I decided to have a friend over with his two dogs and decided to hold a little birthday gathering for Lincoln. I put party hats on all of them and necklaces etc just to try to get some cute pictures.


----------



## k9capture_16 (Aug 23, 2010)

More


----------



## k9capture_16 (Aug 23, 2010)

More





































Again, I am so not normal LOL


----------



## coolstorybro (Nov 3, 2010)

lovely pics!


----------



## AdrianVall (Aug 26, 2010)

hahahaha! That is just awesome! LOL. Love the birthday hat pictures. Happy birthday Lincoln!!   Awesome pictures. Looks like they had a good time.


----------



## DaneMama (Jun 27, 2008)

Happy birthday to Lincoln! Awesome photos :wink:


----------



## MollyWoppy (Mar 19, 2010)

Had to hide these pictures whilst I was looking at them - Mollies birthday is coming up and I don't want her getting any fancy ideas. (The only present she gets is me making a toast with a glass of wine :smile.
Neat photo's, the cake made me laugh.
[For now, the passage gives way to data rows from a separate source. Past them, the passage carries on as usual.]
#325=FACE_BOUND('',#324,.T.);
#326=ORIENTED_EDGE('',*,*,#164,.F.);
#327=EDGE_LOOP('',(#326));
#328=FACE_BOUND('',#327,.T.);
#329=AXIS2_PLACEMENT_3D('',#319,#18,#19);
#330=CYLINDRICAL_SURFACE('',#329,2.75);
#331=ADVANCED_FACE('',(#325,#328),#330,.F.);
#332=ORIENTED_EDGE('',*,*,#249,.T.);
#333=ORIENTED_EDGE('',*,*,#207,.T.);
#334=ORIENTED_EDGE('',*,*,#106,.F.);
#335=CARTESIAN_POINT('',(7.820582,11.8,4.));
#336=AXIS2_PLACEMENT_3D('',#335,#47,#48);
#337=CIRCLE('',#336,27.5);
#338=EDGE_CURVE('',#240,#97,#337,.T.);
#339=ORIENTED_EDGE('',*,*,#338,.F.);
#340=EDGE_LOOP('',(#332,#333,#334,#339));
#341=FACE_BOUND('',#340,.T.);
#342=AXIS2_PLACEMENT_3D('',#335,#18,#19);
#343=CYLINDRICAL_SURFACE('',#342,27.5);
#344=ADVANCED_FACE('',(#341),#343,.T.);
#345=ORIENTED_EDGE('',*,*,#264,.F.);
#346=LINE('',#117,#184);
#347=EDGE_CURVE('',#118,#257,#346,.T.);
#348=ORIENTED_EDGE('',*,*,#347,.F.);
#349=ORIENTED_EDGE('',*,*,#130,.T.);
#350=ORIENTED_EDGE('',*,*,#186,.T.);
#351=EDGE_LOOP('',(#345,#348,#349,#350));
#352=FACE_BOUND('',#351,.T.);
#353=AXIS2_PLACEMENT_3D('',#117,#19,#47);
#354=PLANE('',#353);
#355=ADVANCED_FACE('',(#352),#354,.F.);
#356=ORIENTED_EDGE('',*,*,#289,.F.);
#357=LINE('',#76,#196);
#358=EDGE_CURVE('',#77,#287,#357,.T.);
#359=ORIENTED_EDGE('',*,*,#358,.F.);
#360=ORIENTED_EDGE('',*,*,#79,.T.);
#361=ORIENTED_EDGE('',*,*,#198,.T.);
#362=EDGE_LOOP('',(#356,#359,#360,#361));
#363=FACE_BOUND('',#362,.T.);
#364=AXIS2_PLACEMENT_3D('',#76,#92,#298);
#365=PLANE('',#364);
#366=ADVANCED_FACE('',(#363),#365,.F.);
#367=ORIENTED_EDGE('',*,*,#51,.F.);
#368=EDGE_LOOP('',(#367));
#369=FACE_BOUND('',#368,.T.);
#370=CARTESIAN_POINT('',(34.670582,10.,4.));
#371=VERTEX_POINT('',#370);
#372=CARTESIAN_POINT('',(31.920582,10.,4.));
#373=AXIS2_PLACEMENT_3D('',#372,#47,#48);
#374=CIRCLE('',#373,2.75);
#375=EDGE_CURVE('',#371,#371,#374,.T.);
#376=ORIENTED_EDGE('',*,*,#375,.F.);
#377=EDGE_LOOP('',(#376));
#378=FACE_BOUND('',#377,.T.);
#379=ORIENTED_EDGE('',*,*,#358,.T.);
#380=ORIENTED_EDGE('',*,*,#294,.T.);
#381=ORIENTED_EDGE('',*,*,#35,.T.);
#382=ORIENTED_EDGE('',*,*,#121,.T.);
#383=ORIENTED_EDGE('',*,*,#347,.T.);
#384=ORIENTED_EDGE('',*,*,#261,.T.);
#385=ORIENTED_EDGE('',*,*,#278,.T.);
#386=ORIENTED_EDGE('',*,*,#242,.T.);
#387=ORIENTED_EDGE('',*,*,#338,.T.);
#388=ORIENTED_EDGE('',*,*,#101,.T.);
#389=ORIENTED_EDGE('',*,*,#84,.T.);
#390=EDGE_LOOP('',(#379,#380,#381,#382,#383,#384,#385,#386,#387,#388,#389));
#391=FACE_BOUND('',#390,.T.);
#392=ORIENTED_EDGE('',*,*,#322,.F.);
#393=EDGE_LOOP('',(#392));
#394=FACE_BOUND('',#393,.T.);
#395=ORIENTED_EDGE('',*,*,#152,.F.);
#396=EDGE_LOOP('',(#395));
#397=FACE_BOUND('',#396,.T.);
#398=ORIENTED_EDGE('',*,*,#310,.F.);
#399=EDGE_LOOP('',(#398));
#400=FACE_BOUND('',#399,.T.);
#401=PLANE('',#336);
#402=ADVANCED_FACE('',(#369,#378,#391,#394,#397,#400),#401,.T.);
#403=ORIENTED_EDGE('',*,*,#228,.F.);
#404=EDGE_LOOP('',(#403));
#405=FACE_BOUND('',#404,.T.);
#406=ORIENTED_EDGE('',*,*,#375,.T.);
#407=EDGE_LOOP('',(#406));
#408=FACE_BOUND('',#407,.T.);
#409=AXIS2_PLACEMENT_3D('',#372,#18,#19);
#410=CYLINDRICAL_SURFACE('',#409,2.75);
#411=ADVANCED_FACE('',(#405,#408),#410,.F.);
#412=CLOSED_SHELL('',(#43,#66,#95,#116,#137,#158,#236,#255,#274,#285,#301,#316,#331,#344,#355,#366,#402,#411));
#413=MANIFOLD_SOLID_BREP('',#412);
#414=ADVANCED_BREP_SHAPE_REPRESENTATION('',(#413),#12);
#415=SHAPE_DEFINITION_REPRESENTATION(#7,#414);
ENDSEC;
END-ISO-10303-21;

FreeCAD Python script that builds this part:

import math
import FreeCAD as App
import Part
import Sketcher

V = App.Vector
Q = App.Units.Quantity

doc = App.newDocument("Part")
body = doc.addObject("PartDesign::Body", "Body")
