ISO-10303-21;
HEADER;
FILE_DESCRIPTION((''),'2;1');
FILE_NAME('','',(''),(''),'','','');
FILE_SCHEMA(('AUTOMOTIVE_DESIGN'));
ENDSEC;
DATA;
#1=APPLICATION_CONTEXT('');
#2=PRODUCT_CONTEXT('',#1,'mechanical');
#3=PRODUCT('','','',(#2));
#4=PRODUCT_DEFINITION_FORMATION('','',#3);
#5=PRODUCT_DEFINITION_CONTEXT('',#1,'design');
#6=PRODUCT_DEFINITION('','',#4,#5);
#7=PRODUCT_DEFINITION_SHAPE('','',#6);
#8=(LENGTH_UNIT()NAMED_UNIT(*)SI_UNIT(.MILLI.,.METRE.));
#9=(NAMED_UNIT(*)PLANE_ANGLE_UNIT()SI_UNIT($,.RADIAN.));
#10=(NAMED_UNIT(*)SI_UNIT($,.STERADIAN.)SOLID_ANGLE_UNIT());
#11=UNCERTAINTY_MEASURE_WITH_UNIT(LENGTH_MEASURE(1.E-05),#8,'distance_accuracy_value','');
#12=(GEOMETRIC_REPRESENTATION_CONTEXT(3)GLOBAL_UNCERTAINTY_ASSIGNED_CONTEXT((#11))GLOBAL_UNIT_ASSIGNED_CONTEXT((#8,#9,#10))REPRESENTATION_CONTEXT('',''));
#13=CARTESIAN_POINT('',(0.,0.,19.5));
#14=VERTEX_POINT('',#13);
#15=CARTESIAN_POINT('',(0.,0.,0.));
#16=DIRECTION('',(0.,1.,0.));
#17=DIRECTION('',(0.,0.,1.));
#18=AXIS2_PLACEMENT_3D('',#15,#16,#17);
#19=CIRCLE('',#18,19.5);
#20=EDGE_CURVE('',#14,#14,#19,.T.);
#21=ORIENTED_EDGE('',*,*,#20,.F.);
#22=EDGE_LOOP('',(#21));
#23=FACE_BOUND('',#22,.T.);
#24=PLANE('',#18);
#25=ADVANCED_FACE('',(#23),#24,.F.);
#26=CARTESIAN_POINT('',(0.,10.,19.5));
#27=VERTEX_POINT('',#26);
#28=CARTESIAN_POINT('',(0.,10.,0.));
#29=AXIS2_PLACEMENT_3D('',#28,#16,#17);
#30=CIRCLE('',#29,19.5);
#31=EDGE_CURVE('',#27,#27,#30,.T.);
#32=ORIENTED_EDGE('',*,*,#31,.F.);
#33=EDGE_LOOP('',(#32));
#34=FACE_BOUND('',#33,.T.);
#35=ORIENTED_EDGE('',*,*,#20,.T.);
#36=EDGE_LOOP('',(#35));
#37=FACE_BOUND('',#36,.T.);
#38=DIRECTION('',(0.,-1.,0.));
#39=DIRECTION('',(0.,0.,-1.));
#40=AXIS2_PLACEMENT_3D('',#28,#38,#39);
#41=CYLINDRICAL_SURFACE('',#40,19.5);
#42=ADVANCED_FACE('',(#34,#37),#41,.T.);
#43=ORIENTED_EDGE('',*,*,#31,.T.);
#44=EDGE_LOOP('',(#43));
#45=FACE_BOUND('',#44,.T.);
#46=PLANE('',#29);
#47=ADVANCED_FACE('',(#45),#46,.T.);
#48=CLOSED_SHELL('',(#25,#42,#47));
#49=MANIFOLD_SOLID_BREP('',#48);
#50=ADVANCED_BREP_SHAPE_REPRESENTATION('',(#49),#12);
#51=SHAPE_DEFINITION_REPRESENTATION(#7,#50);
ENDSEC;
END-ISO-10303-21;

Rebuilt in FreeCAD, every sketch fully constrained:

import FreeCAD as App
import Part
import Sketcher

doc = App.newDocument("Part")
body = doc.addObject("PartDesign::Body", "Body")

# Sketch on XZ plane
sketch1 = body.newObject("Sketcher::SketchObject", "Sketch")
sketch1.AttachmentSupport = (doc.getObject("XZ_Plane"), [""])
sketch1.MapMode = "FlatFace"
sketch1.addGeometry(Part.Circle(App.Vector(0, 0, 0), App.Vector(0, 0, 1), 20), False)
sketch1.addConstraint(Sketcher.Constraint("Coincident", 0, 3, -1, 1))
sketch1.addConstraint(Sketcher.Constraint("Diameter", 0, 39.0))
pad1 = body.newObject("PartDesign::Pad", "Pad")
pad1.Profile = sketch1
pad1.Length = 10
pad1.Reversed = True

doc.recompute()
He's a lucky pup!


----------



## John Rambo (Sep 27, 2010)

cute cake!


----------



## Khan (Jan 17, 2010)

Normal is highly overrated!! 
The hat coming off, only to be eaten is great!
Happy Birthday Lincoln


----------



## stajbs (Jun 5, 2010)

Happy Birthday Lincoln. Looks like he had a great Birthday party!!


----------



## tippmindy (Nov 6, 2010)

Happy Birthday Lincoln, and many more to come....looks like they had great fun, eats and cake....you throw a great Birthday party!!!


----------



## wags (Jan 31, 2009)

OMG!!!!!!!!!!!!!!!! That is so darn cute! That cake you deserve an award! The cute pictures with the hats! so darn clever so darn cute! :biggrin:


----------